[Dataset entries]
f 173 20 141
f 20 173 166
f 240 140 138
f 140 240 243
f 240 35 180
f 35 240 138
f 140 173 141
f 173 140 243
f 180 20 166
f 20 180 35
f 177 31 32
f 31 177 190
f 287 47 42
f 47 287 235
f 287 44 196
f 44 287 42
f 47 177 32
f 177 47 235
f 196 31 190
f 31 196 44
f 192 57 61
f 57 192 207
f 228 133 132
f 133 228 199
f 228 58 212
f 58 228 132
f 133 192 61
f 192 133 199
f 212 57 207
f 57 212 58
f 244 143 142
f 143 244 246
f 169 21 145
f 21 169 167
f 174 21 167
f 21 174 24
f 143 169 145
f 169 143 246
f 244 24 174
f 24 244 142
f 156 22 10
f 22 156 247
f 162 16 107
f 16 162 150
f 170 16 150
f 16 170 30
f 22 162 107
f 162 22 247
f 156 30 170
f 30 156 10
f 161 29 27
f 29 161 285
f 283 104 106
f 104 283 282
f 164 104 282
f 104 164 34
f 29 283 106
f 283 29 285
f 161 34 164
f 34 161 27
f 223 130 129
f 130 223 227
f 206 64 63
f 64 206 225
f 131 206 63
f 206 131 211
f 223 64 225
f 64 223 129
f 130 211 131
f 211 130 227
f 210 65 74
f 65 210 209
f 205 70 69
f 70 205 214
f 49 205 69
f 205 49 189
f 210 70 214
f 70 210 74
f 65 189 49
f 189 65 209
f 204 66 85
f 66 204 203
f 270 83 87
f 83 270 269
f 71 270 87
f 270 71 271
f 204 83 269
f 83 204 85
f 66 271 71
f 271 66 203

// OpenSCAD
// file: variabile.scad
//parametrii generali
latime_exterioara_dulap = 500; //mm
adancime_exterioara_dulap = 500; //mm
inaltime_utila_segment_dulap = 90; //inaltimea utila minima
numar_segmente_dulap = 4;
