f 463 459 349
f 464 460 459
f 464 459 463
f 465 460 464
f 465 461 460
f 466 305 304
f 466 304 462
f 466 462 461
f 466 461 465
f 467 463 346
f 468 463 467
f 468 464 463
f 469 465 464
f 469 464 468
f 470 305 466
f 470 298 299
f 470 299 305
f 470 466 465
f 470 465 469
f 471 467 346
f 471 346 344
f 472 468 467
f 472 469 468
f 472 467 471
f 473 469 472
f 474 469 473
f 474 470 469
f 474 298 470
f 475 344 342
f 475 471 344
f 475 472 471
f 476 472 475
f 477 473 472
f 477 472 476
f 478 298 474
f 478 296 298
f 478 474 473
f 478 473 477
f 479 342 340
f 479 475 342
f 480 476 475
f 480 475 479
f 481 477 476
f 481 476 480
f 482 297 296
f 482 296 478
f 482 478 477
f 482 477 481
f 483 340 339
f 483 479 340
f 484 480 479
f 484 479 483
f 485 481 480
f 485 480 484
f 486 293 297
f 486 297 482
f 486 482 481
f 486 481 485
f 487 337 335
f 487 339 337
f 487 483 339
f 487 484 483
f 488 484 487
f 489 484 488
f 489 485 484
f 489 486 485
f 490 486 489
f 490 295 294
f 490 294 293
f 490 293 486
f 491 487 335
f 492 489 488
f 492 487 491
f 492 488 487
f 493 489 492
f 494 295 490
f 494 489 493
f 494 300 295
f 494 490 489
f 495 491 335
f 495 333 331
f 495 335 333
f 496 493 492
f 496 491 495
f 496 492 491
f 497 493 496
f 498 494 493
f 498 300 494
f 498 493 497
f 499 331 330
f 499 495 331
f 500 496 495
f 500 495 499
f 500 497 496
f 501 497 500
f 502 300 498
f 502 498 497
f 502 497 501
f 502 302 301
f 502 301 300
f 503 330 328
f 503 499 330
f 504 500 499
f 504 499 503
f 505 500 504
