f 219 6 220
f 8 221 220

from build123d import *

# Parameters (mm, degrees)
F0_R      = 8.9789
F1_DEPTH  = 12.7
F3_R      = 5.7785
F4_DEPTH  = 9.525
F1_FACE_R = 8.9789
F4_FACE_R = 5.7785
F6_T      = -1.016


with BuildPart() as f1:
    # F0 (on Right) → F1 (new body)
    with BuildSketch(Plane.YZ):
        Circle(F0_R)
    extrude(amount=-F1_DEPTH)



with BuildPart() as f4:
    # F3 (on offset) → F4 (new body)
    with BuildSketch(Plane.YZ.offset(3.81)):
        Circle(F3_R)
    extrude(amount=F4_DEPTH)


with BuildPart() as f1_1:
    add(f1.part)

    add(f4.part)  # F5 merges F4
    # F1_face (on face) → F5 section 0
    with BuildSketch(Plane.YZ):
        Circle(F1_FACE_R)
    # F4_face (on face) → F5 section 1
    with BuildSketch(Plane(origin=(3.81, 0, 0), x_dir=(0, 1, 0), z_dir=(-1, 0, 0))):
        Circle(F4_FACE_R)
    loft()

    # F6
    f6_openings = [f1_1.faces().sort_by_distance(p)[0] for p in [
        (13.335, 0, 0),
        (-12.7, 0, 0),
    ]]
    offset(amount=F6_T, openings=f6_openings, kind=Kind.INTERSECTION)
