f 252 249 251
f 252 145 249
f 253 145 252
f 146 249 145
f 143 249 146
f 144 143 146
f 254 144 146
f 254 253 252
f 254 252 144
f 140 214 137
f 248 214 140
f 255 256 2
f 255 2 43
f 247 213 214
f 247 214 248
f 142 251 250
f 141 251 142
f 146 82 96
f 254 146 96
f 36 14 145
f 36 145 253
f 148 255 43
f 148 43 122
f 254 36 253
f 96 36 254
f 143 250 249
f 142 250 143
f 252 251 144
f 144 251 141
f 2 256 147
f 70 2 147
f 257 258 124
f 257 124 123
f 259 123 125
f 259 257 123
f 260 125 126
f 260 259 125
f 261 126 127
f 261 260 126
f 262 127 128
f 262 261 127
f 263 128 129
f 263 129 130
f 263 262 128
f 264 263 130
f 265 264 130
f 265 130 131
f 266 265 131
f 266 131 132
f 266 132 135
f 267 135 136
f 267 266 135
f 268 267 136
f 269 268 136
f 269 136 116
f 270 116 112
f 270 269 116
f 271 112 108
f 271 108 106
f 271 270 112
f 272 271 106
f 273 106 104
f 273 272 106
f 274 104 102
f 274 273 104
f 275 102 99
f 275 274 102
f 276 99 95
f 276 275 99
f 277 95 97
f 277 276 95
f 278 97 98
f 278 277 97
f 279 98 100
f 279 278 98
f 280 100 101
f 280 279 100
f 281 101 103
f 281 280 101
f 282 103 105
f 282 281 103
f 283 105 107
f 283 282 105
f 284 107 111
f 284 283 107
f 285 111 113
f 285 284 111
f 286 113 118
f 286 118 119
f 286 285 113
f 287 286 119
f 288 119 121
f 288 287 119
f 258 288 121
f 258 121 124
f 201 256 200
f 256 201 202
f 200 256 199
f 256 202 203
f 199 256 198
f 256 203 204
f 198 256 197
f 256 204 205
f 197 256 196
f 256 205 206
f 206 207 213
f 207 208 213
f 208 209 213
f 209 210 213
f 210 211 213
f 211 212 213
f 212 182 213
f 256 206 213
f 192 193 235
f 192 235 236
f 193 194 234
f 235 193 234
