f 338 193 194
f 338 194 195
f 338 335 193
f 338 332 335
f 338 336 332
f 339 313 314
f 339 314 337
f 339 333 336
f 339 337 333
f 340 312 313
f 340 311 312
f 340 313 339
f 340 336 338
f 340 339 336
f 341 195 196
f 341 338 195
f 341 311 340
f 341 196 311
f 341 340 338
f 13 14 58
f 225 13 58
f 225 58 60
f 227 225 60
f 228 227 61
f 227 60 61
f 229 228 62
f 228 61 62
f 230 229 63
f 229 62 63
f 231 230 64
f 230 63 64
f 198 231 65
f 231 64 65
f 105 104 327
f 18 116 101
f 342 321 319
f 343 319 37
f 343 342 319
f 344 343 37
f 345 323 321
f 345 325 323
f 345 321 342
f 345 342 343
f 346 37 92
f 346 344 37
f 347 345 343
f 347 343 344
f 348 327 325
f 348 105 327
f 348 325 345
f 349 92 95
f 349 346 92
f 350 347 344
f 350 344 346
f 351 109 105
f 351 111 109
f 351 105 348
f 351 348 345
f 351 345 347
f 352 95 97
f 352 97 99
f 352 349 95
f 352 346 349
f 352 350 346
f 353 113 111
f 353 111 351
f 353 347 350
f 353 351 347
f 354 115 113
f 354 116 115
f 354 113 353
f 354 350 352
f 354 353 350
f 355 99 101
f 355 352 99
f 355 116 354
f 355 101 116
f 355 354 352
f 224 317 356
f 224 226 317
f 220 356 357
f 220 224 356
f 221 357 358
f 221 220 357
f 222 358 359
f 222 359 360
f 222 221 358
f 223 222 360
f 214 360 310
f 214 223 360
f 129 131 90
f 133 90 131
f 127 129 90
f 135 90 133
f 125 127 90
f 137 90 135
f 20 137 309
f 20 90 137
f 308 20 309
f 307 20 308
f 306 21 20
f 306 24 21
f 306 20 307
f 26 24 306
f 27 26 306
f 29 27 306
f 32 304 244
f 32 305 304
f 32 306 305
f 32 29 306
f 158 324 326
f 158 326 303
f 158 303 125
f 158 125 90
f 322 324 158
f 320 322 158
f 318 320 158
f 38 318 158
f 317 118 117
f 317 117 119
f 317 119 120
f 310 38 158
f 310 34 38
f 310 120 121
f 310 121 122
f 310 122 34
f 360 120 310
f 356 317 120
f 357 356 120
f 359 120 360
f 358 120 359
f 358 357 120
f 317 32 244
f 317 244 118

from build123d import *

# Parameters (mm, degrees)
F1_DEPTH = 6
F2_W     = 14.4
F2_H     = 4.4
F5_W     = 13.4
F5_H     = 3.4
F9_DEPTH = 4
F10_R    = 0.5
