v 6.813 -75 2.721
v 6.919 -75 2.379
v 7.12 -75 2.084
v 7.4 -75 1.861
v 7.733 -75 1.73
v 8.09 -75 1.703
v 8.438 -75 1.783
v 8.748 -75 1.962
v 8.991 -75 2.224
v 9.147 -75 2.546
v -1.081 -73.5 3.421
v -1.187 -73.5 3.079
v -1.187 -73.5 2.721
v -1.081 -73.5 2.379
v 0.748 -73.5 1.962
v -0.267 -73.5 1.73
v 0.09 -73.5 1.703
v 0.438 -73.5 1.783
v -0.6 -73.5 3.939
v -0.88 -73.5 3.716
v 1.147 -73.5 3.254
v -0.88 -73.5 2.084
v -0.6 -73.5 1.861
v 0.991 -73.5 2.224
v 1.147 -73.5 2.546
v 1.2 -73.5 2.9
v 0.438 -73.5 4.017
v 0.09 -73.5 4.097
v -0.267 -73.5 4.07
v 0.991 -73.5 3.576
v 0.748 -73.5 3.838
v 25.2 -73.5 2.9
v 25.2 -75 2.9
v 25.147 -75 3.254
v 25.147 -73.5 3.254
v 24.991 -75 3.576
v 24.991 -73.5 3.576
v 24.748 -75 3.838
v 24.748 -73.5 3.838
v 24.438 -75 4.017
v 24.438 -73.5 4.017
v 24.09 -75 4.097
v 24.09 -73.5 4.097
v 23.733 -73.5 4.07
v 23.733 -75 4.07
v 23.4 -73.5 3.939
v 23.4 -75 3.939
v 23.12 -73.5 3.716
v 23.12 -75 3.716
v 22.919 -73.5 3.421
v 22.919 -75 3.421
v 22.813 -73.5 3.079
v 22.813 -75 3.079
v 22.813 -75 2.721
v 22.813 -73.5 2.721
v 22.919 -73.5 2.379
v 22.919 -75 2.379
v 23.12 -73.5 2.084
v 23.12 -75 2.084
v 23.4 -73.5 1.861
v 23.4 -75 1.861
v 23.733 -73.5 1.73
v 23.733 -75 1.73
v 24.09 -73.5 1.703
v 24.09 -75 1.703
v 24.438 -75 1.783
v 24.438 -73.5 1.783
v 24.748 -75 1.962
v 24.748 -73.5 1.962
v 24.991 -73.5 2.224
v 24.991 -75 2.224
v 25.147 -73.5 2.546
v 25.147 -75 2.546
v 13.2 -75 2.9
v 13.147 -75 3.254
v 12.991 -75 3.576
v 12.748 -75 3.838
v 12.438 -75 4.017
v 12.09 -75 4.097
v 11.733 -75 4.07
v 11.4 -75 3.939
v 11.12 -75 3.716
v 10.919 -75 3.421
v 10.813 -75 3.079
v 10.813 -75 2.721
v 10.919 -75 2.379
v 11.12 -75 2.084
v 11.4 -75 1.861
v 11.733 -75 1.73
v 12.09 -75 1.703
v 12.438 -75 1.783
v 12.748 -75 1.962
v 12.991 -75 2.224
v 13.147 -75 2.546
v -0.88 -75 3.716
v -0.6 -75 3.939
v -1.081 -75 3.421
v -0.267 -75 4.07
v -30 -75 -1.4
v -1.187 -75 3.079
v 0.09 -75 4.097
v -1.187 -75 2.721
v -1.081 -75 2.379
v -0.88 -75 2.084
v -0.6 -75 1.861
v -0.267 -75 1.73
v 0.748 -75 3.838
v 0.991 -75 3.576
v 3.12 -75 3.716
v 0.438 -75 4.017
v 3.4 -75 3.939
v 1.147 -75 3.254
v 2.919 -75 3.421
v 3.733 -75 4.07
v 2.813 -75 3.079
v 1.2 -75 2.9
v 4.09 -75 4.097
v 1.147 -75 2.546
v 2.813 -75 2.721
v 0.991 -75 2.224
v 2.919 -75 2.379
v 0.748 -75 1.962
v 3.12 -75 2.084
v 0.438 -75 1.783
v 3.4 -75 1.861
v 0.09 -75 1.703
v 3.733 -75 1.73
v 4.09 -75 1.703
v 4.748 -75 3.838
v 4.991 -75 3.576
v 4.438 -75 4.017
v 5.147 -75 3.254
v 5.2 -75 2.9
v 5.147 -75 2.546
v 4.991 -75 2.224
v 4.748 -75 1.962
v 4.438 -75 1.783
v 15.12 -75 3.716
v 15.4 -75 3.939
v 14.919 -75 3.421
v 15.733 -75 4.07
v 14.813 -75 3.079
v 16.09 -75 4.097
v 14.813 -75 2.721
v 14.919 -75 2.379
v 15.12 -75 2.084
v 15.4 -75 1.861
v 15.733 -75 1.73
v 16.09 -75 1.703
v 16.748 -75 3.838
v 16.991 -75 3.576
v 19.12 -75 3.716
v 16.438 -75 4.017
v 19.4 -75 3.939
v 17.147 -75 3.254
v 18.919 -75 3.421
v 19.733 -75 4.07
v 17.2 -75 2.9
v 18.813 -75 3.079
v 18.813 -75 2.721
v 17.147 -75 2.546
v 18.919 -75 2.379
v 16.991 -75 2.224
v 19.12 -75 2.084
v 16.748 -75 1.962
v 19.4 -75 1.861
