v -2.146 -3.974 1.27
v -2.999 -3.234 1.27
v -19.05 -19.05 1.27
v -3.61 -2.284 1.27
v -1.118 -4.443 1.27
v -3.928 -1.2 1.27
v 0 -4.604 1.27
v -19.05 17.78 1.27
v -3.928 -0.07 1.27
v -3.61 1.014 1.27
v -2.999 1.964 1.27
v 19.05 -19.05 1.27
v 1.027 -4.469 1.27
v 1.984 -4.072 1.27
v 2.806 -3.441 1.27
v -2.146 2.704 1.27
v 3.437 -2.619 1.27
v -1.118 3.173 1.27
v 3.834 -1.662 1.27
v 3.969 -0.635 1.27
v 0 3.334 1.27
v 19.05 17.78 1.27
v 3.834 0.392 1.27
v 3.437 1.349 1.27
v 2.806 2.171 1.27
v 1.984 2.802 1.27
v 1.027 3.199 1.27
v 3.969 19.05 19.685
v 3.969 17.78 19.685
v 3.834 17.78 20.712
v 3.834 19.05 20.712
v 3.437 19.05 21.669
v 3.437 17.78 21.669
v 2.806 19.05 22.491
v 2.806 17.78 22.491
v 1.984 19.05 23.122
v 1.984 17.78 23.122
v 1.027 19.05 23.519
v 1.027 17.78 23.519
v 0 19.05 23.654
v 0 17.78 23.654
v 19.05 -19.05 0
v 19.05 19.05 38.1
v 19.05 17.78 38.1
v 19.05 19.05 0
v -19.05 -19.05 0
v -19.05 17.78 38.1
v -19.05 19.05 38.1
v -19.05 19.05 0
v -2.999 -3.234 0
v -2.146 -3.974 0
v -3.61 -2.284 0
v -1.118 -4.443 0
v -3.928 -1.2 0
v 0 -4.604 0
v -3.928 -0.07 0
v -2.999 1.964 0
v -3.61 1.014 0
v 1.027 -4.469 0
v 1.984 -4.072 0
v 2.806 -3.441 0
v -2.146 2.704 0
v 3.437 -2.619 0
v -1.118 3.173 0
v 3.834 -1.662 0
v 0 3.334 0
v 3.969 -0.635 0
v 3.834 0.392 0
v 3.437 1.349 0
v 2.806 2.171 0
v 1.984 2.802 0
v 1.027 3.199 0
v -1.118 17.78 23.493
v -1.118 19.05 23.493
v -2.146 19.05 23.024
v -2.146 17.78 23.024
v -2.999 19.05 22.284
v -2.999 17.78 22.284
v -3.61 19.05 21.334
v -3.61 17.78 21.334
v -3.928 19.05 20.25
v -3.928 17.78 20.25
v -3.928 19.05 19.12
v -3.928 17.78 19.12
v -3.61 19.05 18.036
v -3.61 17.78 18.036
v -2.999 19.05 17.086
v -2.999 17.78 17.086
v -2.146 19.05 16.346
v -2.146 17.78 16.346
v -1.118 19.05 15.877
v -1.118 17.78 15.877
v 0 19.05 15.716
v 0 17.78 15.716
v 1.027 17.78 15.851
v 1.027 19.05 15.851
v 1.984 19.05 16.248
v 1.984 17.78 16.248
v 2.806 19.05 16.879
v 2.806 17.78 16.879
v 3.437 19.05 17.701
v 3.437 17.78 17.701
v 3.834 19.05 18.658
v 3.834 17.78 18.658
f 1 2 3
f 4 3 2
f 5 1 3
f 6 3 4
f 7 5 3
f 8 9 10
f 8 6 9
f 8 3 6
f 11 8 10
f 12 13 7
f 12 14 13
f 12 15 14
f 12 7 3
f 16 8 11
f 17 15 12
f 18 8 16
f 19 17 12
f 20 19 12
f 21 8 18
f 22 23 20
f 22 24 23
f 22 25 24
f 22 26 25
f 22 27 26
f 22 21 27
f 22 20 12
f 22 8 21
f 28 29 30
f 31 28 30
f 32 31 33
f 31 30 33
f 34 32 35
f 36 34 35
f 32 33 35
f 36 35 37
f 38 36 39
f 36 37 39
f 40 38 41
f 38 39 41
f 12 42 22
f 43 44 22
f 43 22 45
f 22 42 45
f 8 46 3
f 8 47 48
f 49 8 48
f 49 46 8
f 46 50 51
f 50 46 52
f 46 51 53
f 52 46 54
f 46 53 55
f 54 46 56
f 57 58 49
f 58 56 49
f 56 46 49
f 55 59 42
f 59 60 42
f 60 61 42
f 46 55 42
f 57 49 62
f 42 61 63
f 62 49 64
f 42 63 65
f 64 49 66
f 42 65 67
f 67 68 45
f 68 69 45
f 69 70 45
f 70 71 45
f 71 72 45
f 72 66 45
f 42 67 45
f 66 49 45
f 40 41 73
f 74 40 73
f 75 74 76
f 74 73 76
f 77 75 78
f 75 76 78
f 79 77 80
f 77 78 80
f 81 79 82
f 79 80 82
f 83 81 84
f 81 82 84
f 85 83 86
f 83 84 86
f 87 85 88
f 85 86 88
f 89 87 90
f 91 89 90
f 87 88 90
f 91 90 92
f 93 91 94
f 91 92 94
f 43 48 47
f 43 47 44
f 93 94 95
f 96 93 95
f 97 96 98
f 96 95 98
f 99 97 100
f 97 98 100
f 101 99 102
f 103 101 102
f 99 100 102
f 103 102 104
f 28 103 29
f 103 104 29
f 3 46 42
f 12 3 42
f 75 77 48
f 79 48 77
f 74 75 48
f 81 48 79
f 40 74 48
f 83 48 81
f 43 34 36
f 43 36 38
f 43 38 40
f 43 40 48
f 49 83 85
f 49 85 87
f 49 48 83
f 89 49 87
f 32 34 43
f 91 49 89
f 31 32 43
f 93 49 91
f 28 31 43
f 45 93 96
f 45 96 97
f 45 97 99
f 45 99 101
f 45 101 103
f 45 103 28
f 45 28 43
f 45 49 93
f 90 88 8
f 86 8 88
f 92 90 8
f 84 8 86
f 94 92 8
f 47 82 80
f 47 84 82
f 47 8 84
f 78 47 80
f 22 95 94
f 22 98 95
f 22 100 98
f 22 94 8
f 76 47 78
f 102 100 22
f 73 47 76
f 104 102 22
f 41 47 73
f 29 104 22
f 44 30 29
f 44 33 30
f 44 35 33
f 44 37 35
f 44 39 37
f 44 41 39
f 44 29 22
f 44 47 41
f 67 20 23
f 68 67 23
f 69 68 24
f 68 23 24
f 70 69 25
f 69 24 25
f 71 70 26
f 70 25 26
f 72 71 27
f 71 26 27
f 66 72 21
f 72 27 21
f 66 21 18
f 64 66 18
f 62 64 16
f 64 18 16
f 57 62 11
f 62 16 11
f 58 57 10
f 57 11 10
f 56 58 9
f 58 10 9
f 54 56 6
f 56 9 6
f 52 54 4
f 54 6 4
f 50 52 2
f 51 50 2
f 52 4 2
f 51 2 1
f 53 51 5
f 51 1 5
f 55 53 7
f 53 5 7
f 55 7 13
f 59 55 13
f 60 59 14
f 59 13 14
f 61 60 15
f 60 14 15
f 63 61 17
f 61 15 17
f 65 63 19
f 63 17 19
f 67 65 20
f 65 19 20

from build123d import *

# Parameters (mm, degrees)
F0_W     = 38.1
F0_H     = 38.1
F1_DEPTH = 38.1
F2_W     = 38.1
F2_H     = 36.83
F3_DEPTH = 36.83
F6_DEPTH = 3.81
F7_DEPTH = 4.826


with BuildPart() as f1:
    # F0 (on Top) → F1 (new body)
    with BuildSketch(Plane.XY):
        Rectangle(F0_W, F0_H)
    extrude(amount=F1_DEPTH)

    # F2 (on face) → F3 (cut)
    with BuildSketch(Plane.XY.offset(38.1)):
        with Locations((0, -0.635)):
            Rectangle(F2_W, F2_H)
    extrude(amount=-F3_DEPTH, mode=Mode.SUBTRACT)

    # F4 (on face) → F6 (cut)
    with BuildSketch(Plane.XZ.offset(-17.78)):
        with BuildLine():
            ThreePointArc((3.96875, 19.685), (2.80633, 22.49133), (0, 23.65375))
            Line((0, 23.65375), (0, 15.71625))
            ThreePointArc((0, 15.71625), (2.80633, 16.87867), (3.96875, 19.685))
        make_face()
        with BuildLine():
            Line((0, 15.71625), (0, 23.65375))
            ThreePointArc((0, 23.65375), (-3.96875, 19.685), (0, 15.71625))
        make_face()
    extrude(amount=-F6_DEPTH, mode=Mode.SUBTRACT)

    # F5 (on face) → F7 (cut)
    with BuildSketch(Plane.XY.offset(1.27)):
        with BuildLine():
            ThreePointArc((3.96875, -0.635), (2.80633, 2.17133), (0, 3.33375))
            Line((0, 3.33375), (0, -4.60375))
            ThreePointArc((0, -4.60375), (2.80633, -3.44133), (3.96875, -0.635))
        make_face()
        with BuildLine():
            Line((0, -4.60375), (0, 3.33375))
            ThreePointArc((0, 3.33375), (-3.96875, -0.635), (0, -4.60375))
        make_face()
    extrude(amount=-F7_DEPTH, mode=Mode.SUBTRACT)


solid = f1.part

Work to be completed:
Please, from the entries above, set down exactly the lines from the one containing "v 22.813 -75 2.721" through the one containing "v 0.748 -75 3.838", and only those.

Response to this exercise:
v 22.813 -75 2.721
v 22.813 -73.5 2.721
v 22.919 -73.5 2.379
v 22.919 -75 2.379
v 23.12 -73.5 2.084
v 23.12 -75 2.084
v 23.4 -73.5 1.861
v 23.4 -75 1.861
v 23.733 -73.5 1.73
v 23.733 -75 1.73
v 24.09 -73.5 1.703
v 24.09 -75 1.703
v 24.438 -75 1.783
v 24.438 -73.5 1.783
v 24.748 -75 1.962
v 24.748 -73.5 1.962
v 24.991 -73.5 2.224
v 24.991 -75 2.224
v 25.147 -73.5 2.546
v 25.147 -75 2.546
v 13.2 -75 2.9
v 13.147 -75 3.254
v 12.991 -75 3.576
v 12.748 -75 3.838
v 12.438 -75 4.017
v 12.09 -75 4.097
v 11.733 -75 4.07
v 11.4 -75 3.939
v 11.12 -75 3.716
v 10.919 -75 3.421
v 10.813 -75 3.079
v 10.813 -75 2.721
v 10.919 -75 2.379
v 11.12 -75 2.084
v 11.4 -75 1.861
v 11.733 -75 1.73
v 12.09 -75 1.703
v 12.438 -75 1.783
v 12.748 -75 1.962
v 12.991 -75 2.224
v 13.147 -75 2.546
v -0.88 -75 3.716
v -0.6 -75 3.939
v -1.081 -75 3.421
v -0.267 -75 4.07
v -30 -75 -1.4
v -1.187 -75 3.079
v 0.09 -75 4.097
v -1.187 -75 2.721
v -1.081 -75 2.379
v -0.88 -75 2.084
v -0.6 -75 1.861
v -0.267 -75 1.73
v 0.748 -75 3.838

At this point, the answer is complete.